In this work, we have presented nine different strategies that can be applied to handle nonconforming individuals when applying EAs encoding model fragments. The strategies presented are generic and include only constraints that are derived directly from MOF, making them independent from the domain of application (Induction hobs and train control systems in this work). Bigger improvements in performance could be achieved if the strategies were tailored with domain knowledge and adapted to specific problems. The nine strategies have been applied in combination with two different fitness functions to solve feature location problems from two different industrial domains, providing statistically significant results and comparison among them. The evaluation using the optimal fitness shows that some of the strategies were able to boost the search process, resulting in a lower number of generations needed to reach the solution (ten times fewer generations in the most extreme case) and less time spent. The evaluation using the textual similarity fitness confirms the results, showing that the strong encoding and closed operation strategies were able to outperform the baseline in terms of solution quality for both case studies.

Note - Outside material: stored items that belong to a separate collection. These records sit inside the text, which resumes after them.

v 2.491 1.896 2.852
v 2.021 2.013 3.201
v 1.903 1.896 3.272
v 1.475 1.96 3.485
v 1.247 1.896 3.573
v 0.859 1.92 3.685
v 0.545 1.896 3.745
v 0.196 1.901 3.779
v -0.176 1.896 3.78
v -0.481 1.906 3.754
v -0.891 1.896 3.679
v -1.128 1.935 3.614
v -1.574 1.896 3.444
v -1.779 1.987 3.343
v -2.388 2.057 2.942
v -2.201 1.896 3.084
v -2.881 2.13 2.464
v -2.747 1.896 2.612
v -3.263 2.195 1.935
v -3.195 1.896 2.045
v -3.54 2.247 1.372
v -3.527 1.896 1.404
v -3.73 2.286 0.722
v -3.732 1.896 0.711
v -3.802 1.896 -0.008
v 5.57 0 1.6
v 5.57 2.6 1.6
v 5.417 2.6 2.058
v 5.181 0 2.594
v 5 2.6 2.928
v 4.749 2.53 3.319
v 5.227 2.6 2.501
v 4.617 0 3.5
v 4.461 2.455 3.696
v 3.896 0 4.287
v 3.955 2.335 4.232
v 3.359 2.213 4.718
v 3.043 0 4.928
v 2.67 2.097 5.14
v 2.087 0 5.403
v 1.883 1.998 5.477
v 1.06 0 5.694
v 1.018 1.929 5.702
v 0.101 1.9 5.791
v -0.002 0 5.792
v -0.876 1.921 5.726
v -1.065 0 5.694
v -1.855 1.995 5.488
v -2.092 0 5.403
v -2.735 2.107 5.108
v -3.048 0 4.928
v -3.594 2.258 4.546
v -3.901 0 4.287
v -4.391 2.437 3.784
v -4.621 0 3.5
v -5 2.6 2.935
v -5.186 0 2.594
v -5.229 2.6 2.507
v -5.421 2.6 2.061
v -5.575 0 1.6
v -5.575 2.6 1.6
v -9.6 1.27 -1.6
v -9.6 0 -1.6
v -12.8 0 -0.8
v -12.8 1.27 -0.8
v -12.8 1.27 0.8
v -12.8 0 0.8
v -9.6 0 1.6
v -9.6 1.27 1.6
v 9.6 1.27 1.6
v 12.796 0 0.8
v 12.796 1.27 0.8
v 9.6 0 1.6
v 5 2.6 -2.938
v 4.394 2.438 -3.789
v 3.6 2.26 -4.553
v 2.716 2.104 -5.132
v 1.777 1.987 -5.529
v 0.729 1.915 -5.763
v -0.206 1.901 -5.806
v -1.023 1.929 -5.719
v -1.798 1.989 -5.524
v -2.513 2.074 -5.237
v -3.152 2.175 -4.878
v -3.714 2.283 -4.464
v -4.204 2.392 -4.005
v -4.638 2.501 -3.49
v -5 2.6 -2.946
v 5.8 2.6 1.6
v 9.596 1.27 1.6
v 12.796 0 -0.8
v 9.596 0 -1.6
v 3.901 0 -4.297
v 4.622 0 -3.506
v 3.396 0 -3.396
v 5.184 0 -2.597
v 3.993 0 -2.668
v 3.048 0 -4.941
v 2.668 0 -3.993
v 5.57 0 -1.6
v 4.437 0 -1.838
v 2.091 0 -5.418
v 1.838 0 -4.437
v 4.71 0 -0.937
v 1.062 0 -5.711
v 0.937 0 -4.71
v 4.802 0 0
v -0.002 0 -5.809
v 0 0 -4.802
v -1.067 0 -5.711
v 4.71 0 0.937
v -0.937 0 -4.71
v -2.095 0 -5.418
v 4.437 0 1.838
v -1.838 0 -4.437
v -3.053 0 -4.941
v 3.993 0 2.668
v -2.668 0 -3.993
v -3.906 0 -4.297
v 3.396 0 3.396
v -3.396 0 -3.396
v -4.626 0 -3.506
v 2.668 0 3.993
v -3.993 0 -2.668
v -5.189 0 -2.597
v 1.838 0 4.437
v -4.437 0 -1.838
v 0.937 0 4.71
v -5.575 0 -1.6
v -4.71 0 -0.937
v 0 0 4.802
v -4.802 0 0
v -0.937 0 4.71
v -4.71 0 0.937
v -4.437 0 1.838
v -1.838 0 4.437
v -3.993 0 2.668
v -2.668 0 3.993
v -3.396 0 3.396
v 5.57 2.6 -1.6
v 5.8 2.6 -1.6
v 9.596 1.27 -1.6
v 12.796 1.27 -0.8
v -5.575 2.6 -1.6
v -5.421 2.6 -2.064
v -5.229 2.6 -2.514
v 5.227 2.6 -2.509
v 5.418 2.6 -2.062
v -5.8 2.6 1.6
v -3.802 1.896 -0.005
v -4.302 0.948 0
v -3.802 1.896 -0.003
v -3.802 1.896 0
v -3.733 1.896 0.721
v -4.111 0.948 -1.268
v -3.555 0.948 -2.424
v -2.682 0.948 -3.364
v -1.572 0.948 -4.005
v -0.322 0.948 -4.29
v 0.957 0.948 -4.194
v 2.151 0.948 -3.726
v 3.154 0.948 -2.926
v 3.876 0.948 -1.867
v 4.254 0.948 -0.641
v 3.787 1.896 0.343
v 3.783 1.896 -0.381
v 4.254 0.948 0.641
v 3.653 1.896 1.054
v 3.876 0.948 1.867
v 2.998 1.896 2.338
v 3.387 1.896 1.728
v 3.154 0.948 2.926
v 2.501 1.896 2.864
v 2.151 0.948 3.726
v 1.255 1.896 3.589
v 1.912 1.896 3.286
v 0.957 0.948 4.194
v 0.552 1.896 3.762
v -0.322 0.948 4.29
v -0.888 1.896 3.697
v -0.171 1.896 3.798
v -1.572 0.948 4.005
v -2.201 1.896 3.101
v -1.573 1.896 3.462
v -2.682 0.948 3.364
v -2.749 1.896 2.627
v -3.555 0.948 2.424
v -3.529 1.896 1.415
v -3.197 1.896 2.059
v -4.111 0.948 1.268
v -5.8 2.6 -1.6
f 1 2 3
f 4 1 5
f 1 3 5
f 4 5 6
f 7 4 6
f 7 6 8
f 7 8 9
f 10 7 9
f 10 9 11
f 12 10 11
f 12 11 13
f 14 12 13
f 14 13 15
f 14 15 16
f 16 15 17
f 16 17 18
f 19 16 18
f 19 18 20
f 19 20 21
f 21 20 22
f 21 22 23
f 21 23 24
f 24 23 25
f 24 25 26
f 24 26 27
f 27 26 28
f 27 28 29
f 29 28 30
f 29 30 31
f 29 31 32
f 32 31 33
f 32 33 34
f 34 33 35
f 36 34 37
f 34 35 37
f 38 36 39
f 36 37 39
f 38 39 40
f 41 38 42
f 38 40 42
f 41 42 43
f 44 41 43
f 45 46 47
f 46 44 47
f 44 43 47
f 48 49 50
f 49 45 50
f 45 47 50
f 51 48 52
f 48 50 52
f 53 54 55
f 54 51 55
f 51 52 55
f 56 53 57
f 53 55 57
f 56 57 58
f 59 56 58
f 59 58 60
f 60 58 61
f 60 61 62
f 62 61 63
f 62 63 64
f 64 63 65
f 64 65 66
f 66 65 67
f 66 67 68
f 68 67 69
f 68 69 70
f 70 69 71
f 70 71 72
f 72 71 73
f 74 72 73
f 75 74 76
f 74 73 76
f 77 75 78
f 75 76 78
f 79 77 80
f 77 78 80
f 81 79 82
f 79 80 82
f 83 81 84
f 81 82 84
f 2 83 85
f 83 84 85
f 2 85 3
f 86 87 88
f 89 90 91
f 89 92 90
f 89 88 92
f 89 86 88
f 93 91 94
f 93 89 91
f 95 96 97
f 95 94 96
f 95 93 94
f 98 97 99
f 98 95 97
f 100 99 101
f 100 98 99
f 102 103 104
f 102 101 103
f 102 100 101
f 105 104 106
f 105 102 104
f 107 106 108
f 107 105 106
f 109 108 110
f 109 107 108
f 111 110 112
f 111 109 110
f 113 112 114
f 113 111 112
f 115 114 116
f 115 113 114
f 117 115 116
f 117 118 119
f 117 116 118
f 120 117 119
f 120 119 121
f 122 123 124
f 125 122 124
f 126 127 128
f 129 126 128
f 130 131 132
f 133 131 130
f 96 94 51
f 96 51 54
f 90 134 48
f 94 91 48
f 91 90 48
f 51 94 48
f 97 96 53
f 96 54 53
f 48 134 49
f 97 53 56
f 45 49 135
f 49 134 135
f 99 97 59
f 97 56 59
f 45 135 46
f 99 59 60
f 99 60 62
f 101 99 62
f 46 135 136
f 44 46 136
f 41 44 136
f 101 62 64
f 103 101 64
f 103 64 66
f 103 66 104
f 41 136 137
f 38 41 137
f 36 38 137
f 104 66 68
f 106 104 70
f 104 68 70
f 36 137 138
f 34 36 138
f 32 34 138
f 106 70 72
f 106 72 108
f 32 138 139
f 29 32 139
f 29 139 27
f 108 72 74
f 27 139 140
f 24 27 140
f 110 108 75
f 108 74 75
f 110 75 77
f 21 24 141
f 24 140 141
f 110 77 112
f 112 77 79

From the related work analysis performed, we have discovered that strategies for handling nonconforming individuals are being applied by some researchers using SBSE solutions to solve MDE problems, but its spread is not generalized yet. To help in the spread of this kind of strategies, an open-source implementation of the nine generic strategies has been made publicly available in order to facilitate its adoption by the community. In addition, we provide insights of the behavior of the different strategies when solving the feature location problem that could benefit other practitioners when choosing which strategy should be applied when solving his MDE problem. We believe that this work could lead to the application of strategies for handling nonconforming individuals that yield to the results faster by more researchers of the SDMDE community. Similarly, we expect more research to evaluate if the results are similar when applying the strategies to other SBMDE problems and when adapting them to work with other encoding if required by the problem. As a result, new generic strategies may emerge, resulting in a catalogue of strategies that can be reused and improved by the community.